Herman Slater sailed his little pirate ship through it all, indomitable
and ornery, the very fairy godmother of the entire scene. Every now and
then the issue of unpaid sales taxes would pop up and he’d threaten to
sell the shop, but he never did. The books, such as they were, consisted
mainly of scraps of paper stuffed into shopping bags. There was no
earthly way anyone but Herman could make any sense of it. The cranky old
fucker fired me no fewer than three times in the course of my tenure
there, but Bonnie’s jewelry sold, and he eventually bought the line from
her. She never had much business sense, not that I consider that a flaw.
She was an artist, first and foremost, and a damned fine one at that.

In 1989, Ed Buczynski died of complications from AIDS. On July 9, 1992,
Herman followed him into the Western Lands.
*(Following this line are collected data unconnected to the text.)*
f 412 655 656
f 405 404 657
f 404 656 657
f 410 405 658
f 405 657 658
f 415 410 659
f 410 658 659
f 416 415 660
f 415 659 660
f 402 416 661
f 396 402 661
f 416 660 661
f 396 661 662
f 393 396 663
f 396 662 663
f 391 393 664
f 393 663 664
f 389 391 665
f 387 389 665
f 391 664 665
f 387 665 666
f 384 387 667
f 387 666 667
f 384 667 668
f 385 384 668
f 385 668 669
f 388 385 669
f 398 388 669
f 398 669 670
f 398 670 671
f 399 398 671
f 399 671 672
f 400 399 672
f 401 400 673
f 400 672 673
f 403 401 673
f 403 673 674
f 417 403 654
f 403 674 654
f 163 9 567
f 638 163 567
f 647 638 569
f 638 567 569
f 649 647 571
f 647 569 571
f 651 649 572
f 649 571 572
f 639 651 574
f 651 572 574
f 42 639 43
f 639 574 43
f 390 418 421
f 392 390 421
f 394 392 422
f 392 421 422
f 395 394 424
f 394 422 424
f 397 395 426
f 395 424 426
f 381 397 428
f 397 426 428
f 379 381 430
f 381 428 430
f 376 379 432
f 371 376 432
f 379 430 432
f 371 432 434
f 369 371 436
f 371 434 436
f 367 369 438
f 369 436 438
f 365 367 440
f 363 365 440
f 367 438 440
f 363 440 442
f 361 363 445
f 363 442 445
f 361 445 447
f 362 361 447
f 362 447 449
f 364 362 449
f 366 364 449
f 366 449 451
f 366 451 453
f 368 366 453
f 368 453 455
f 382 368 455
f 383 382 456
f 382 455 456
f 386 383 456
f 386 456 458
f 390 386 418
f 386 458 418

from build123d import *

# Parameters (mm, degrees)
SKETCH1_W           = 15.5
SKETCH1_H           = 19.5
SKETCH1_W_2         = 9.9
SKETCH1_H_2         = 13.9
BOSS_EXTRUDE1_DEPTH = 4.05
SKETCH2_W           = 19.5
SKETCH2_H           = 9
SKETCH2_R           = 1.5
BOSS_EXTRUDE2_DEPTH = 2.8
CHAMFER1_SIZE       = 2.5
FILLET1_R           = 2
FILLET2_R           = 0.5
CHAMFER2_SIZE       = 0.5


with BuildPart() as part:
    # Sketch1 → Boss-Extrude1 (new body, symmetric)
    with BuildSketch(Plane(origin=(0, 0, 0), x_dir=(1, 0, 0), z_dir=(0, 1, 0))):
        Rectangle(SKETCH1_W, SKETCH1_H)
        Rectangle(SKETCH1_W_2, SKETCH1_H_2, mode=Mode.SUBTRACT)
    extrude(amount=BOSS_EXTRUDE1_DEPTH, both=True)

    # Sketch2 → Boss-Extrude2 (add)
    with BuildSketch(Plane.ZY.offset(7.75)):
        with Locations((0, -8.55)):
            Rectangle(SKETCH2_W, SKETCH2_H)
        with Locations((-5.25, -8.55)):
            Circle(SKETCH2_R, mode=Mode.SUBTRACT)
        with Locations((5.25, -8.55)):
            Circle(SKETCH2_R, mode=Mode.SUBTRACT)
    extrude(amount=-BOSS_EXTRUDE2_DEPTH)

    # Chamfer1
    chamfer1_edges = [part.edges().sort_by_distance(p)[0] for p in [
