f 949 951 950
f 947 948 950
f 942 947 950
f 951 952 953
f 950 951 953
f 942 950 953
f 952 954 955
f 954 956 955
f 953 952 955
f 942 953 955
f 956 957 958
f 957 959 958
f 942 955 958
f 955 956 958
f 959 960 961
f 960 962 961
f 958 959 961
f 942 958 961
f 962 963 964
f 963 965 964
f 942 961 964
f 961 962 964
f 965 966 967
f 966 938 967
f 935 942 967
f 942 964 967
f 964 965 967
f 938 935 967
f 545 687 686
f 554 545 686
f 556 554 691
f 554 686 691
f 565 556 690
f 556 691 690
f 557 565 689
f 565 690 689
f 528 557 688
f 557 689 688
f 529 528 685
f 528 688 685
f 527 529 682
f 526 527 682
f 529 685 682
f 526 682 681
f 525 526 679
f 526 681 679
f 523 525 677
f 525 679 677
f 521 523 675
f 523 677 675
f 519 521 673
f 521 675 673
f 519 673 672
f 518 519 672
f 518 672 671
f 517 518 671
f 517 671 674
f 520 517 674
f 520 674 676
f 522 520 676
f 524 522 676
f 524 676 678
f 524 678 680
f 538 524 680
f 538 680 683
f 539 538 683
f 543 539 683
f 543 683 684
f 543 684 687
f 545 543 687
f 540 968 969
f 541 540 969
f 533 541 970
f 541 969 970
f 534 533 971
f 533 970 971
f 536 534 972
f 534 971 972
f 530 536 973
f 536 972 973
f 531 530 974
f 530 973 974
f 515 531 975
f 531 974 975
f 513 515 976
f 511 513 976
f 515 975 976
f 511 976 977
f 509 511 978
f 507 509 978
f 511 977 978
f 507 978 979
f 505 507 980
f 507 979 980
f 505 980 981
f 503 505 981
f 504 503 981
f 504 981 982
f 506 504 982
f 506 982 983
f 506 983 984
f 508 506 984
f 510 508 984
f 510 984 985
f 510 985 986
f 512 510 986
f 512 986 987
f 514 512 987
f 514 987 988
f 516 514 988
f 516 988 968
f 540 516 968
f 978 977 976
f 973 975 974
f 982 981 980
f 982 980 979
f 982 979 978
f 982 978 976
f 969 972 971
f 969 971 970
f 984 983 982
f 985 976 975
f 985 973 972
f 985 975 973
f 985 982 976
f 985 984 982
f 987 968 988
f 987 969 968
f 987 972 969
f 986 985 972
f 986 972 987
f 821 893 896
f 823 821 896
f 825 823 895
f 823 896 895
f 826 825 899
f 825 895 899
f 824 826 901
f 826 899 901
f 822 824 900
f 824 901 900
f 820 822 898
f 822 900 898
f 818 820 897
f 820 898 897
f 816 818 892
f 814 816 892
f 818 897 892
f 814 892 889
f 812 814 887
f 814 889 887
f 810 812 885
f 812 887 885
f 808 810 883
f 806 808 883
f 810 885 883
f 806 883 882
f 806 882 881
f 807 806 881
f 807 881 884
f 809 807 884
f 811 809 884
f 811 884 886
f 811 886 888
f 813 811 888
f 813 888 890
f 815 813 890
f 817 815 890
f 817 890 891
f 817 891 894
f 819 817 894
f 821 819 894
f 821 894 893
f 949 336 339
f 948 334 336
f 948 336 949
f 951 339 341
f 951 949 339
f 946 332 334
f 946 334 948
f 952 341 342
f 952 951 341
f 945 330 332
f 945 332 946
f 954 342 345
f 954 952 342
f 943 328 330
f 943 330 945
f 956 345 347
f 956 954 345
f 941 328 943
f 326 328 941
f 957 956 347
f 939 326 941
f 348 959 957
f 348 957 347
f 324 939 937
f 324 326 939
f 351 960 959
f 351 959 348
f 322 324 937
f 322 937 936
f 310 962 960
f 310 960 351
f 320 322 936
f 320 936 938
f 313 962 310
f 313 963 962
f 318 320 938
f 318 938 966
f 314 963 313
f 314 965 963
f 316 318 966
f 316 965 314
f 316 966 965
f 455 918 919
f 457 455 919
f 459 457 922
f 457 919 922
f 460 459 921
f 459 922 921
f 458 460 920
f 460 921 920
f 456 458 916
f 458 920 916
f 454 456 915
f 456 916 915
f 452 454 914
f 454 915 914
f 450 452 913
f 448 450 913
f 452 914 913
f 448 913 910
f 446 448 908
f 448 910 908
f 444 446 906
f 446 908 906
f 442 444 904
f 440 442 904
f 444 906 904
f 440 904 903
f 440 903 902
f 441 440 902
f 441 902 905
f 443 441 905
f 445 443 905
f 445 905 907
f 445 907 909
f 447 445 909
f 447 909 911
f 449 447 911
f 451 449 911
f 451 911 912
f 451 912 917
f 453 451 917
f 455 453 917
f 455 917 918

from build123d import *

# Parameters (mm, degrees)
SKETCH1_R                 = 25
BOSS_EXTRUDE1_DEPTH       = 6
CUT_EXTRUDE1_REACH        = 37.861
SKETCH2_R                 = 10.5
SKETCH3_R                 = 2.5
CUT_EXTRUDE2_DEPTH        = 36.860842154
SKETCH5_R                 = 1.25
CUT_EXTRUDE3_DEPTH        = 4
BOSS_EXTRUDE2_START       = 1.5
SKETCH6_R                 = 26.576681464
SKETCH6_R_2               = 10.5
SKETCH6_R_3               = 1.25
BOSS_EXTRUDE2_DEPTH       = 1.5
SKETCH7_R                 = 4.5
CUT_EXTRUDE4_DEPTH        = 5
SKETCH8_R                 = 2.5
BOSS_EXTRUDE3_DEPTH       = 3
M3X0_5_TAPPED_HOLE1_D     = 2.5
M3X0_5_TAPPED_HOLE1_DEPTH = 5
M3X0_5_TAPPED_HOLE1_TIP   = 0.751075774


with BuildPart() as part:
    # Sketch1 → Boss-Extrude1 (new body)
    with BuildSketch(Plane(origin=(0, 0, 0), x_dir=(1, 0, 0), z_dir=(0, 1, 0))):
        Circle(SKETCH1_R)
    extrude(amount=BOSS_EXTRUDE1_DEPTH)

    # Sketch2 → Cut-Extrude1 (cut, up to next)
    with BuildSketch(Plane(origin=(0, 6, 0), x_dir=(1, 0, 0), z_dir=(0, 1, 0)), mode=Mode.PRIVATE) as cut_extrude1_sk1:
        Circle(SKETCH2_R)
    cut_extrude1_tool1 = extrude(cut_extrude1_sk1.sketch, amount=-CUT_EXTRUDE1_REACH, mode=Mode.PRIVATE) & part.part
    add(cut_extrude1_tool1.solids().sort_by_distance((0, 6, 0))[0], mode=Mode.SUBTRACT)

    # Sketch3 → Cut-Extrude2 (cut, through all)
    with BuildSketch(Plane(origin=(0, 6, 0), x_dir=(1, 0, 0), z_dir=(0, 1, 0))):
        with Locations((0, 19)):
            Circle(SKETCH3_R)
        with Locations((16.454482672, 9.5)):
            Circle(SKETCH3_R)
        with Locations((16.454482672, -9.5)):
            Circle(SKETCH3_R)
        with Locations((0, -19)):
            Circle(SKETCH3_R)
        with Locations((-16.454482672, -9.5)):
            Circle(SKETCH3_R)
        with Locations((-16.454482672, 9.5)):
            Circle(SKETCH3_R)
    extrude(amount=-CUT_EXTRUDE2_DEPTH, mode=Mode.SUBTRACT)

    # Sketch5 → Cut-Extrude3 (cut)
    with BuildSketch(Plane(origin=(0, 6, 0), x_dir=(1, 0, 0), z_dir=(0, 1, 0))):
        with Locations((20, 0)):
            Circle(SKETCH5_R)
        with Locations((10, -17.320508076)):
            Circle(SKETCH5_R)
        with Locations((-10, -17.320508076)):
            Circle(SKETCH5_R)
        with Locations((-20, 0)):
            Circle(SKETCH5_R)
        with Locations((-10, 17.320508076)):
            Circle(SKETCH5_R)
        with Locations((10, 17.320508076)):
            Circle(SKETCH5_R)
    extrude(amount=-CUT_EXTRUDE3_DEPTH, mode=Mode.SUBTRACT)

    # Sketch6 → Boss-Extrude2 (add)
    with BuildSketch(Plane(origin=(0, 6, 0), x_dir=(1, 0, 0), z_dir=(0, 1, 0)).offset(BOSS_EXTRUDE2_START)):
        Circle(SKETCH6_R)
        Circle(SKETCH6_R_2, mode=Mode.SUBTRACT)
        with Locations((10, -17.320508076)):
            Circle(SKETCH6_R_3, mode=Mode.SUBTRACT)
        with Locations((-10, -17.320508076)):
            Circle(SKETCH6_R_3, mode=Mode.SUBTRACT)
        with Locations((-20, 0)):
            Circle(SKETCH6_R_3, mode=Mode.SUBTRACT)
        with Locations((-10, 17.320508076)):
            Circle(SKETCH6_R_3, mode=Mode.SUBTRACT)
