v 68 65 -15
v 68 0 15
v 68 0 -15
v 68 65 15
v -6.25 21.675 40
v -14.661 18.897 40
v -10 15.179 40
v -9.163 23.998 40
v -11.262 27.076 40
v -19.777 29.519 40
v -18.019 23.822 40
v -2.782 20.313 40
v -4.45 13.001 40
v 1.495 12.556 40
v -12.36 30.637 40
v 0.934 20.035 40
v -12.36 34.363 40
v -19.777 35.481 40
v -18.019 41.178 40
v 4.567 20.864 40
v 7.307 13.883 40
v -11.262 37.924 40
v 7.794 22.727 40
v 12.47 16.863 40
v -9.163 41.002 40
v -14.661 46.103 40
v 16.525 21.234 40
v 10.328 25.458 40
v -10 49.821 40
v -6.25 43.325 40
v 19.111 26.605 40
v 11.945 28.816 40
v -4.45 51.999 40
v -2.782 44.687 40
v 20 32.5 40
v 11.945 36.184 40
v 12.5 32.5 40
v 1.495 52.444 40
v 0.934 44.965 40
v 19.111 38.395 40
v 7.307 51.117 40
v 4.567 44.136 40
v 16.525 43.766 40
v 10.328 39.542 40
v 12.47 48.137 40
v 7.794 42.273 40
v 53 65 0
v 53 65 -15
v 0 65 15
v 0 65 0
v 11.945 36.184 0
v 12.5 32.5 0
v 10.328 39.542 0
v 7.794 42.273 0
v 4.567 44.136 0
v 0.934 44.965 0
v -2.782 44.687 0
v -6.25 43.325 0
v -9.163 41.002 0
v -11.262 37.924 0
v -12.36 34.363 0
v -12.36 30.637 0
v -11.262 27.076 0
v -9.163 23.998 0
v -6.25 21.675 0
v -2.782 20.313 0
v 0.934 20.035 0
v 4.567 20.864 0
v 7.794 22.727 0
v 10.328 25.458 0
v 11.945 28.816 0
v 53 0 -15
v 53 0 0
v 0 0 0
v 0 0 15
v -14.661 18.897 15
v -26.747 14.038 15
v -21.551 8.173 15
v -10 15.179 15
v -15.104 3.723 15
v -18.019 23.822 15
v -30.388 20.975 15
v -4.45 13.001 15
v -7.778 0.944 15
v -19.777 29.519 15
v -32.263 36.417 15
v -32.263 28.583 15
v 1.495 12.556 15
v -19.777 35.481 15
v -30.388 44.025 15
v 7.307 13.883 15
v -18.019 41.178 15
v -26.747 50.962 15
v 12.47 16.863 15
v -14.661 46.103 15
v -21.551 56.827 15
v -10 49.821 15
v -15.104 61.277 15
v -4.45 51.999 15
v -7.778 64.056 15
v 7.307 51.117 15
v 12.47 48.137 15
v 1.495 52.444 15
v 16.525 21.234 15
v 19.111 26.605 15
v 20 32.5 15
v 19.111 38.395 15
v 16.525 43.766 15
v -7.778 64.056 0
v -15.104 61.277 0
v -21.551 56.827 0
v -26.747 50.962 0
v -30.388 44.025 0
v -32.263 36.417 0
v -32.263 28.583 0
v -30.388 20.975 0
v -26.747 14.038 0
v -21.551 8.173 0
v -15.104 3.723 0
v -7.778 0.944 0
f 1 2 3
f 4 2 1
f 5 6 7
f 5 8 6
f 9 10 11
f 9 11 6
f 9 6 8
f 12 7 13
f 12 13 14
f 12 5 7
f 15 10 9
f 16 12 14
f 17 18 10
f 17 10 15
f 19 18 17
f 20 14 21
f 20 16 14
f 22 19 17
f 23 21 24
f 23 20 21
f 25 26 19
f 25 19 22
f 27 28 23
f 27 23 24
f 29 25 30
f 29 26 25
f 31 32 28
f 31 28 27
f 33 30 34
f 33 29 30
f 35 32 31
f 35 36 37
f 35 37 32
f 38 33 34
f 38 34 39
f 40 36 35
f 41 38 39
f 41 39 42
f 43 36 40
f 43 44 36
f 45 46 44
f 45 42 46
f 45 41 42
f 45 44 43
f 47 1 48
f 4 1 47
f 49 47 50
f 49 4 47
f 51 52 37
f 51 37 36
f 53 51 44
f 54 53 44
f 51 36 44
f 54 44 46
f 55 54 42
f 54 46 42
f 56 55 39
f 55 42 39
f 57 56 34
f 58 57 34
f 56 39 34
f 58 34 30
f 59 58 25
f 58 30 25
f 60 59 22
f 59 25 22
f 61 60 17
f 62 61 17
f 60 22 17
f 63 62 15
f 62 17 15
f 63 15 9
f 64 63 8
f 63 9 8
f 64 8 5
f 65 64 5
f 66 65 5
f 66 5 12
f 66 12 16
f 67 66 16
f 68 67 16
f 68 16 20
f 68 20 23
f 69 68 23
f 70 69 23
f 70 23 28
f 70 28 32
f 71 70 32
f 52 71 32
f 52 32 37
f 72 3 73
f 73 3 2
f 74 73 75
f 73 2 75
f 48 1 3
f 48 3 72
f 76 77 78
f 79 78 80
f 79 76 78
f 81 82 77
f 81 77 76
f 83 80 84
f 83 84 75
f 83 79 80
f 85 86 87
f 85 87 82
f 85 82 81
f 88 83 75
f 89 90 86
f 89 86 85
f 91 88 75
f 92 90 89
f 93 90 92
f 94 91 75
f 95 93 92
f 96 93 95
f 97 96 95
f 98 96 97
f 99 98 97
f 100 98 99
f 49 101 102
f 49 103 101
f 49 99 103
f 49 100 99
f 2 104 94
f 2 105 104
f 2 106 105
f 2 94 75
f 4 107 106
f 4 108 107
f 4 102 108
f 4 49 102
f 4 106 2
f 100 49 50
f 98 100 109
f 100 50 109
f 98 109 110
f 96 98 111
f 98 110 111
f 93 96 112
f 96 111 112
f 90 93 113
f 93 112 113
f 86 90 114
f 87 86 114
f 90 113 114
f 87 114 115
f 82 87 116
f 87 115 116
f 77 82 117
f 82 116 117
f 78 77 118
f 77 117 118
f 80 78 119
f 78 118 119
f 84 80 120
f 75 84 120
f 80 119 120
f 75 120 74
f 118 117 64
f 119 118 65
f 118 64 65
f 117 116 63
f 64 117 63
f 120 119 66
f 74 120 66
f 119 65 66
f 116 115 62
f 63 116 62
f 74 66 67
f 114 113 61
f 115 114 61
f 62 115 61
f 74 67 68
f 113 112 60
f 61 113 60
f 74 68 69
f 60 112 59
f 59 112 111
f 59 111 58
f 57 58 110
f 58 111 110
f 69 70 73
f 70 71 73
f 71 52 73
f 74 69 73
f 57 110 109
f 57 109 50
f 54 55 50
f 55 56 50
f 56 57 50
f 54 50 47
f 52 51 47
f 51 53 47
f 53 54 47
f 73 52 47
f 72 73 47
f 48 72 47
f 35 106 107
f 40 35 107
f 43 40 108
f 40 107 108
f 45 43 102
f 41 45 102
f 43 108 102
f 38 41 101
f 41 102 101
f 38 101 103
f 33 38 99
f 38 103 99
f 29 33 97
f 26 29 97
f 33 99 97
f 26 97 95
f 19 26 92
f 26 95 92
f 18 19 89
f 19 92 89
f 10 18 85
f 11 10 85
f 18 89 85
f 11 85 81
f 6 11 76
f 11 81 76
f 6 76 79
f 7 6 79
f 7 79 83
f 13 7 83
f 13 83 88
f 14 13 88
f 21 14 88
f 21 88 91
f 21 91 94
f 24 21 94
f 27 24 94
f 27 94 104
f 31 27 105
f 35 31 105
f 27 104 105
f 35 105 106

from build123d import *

# Parameters (mm, degrees)
BOSS_EXTRUDE1_DEPTH = 15
SKETCH2_R           = 20
BOSS_EXTRUDE2_DEPTH = 25
SKETCH3_R           = 12.5
CUT_EXTRUDE1_DEPTH  = 103.220350224
SKETCH4_W           = 15
SKETCH4_H           = 65
BOSS_EXTRUDE3_DEPTH = 15


with BuildPart() as part:
    # Sketch1 → Boss-Extrude1 (new body)
    with BuildSketch(Plane.XY):
        with BuildLine():
            Line((0, 0), (68, 0))
            Line((68, 0), (68, 65))
            Line((68, 65), (0, 65))
            ThreePointArc((0, 65), (-32.5, 32.5), (0, 0))
        make_face()
    extrude(amount=BOSS_EXTRUDE1_DEPTH)

    # Sketch2 → Boss-Extrude2 (add)
    with BuildSketch(Plane.XY.offset(15)):
        with Locations((0, 32.5)):
            Circle(SKETCH2_R)
    extrude(amount=BOSS_EXTRUDE2_DEPTH)

    # Sketch3 → Cut-Extrude1 (cut, through all)
    with BuildSketch(Plane.XY.offset(40)):
        with Locations((0, 32.5)):
            Circle(SKETCH3_R)
    extrude(amount=-CUT_EXTRUDE1_DEPTH, mode=Mode.SUBTRACT)

    # Sketch4 → Boss-Extrude3 (add)
    with BuildSketch(Plane(origin=(0, 0, 0), x_dir=(-1, 0, 0), z_dir=(0, 0, -1))):
        with Locations((-60.5, 32.5)):
            Rectangle(SKETCH4_W, SKETCH4_H)
    extrude(amount=BOSS_EXTRUDE3_DEPTH)


solid = part.part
He left the shop to a
handful of employees who had managed to avoid pissing him off.
Unfortunately, he also left an incredible tax debt. The shop limped
along for a few years, deteriorating gradually and finally closing its
doors for good in 1999. The space remains vacant as of this writing.

During the last ten years of her life, my wife embraced Tibetan
Buddhism, specifically the variant known as Dzogchen. In our last
conversation, she mentioned that my picture was sitting next to the
Dalai Lama in her makeshift shrine in the hospice where she was spending
her final days.

"I am honored by the gesture," I told her, "but I’m not so sure I belong
there. It might give His Holiness weird dreams."

She left me her Necronomicon, number 141 of the first edition of 666
hardcover copies, inscribed by Simon: "To Greymalkin, As per the missing
page of the Nec… ‘Blessed Is, Blessed Was, Blessed Will Be…’"

She was a wonderful woman. It was a very colorful scene, a very colorful
time. We were all naive and completely insane, but we had a good time
together. It was, in a word, magick.